Hippocampal 5-HT Input Regulates Memory Formation and Schaffer Collateral Excitation

Highlights
•Evoked terminal release of serotonin in CA1 potentiates CA3-to-CA1 inputs
•5-HT4 receptors mediate the potentiation of CA3-to-CA1 inputs
•Optogenetic stimulation of serotonergic axons in CA1 increases spatial memory
•Optogenetic inhibition of serotonergic axons in CA1 impairs spatial memory

Summary
The efficacy and duration of memory storage is regulated by neuromodulatory transmitter actions.
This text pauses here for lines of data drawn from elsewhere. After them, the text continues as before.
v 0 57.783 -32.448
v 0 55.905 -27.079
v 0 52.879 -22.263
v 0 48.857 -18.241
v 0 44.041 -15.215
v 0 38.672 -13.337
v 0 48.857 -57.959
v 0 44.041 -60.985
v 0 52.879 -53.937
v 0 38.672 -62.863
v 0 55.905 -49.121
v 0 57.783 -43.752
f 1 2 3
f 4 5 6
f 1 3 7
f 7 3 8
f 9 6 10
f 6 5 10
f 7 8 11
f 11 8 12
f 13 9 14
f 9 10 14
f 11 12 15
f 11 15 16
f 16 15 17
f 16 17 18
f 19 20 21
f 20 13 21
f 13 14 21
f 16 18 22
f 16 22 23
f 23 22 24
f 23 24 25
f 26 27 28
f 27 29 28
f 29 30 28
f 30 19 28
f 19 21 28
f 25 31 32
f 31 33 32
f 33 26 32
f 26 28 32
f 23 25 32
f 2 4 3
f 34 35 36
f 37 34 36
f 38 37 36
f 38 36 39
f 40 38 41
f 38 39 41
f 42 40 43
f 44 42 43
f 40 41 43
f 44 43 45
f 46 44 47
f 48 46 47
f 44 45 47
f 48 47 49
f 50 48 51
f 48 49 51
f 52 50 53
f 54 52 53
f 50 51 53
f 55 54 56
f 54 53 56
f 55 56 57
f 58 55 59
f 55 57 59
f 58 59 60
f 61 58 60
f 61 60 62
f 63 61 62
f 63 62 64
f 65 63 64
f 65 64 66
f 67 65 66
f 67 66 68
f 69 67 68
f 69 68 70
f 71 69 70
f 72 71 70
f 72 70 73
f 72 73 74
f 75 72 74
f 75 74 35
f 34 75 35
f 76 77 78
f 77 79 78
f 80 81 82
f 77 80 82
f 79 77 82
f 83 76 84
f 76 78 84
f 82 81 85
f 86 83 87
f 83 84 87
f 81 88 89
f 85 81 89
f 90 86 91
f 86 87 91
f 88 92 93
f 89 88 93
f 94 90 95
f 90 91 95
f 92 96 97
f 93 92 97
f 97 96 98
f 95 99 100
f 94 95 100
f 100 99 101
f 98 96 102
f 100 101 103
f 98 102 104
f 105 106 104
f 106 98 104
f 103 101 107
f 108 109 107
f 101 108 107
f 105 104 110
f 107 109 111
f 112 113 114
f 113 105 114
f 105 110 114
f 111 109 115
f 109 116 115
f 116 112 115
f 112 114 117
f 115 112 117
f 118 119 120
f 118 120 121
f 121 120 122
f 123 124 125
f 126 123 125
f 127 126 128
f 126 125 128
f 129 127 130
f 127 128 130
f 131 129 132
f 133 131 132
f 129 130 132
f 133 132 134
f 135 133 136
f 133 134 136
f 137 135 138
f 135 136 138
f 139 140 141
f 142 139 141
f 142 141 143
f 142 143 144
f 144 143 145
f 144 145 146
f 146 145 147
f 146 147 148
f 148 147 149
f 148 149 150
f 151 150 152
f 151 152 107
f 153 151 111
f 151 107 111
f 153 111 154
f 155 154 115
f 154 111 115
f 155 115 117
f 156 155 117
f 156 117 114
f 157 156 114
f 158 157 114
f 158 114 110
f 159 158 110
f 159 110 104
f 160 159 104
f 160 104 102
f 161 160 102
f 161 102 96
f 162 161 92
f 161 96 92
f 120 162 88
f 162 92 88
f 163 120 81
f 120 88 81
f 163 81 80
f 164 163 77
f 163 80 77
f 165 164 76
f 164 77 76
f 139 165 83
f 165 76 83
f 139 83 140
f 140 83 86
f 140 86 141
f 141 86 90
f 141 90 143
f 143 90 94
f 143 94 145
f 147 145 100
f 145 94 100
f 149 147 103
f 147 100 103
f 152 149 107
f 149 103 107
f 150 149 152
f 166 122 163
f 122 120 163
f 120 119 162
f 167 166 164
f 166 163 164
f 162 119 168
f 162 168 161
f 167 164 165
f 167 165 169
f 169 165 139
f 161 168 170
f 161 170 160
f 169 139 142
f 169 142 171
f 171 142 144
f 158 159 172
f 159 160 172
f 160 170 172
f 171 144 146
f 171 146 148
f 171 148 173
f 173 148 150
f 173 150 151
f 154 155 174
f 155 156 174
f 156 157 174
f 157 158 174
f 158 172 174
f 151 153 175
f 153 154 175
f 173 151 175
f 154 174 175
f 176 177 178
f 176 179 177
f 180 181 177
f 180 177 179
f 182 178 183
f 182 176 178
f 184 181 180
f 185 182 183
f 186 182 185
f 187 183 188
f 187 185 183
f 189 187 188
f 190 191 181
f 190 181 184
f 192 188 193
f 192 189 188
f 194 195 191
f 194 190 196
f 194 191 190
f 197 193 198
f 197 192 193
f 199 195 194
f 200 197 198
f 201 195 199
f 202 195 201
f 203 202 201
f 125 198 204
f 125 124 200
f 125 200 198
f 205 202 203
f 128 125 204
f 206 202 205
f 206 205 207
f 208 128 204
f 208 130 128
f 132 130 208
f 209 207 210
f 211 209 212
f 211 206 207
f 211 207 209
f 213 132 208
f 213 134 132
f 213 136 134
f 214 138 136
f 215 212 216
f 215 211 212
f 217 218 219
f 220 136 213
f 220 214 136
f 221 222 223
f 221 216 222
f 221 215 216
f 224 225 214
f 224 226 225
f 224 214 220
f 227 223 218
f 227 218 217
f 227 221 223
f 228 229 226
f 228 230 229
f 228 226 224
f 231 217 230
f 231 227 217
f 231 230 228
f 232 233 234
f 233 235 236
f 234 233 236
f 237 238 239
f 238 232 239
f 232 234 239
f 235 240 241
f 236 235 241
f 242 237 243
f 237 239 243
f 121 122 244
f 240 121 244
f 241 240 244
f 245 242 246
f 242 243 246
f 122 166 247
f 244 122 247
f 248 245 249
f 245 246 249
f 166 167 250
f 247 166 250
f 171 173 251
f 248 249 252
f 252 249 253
While the modulatory transmitter serotonin (5-HT) plays an important role in implicit forms of memory in the invertebrate Aplysia, its function in explicit memory mediated by the mammalian hippocampus is less clear. Specifically, the consequences elicited by the spatio-temporal gradient of endogenous 5-HT release are not known. Here we applied optogenetic techniques in mice to gain insight into this fundamental biological process. We find that activation of serotonergic terminals in the hippocampal CA1 region both potentiates excitatory transmission at CA3-to-CA1 synapses and enhances spatial memory. Conversely, optogenetic silencing of CA1 5-HT terminals inhibits spatial memory. We furthermore find that synaptic potentiation is mediated by 5-HT4 receptors and that systemic modulation of 5-HT4 receptor function can bidirectionally impact memory formation. Collectively, these data reveal powerful modulatory influence of serotonergic synaptic input on hippocampal function and memory formation.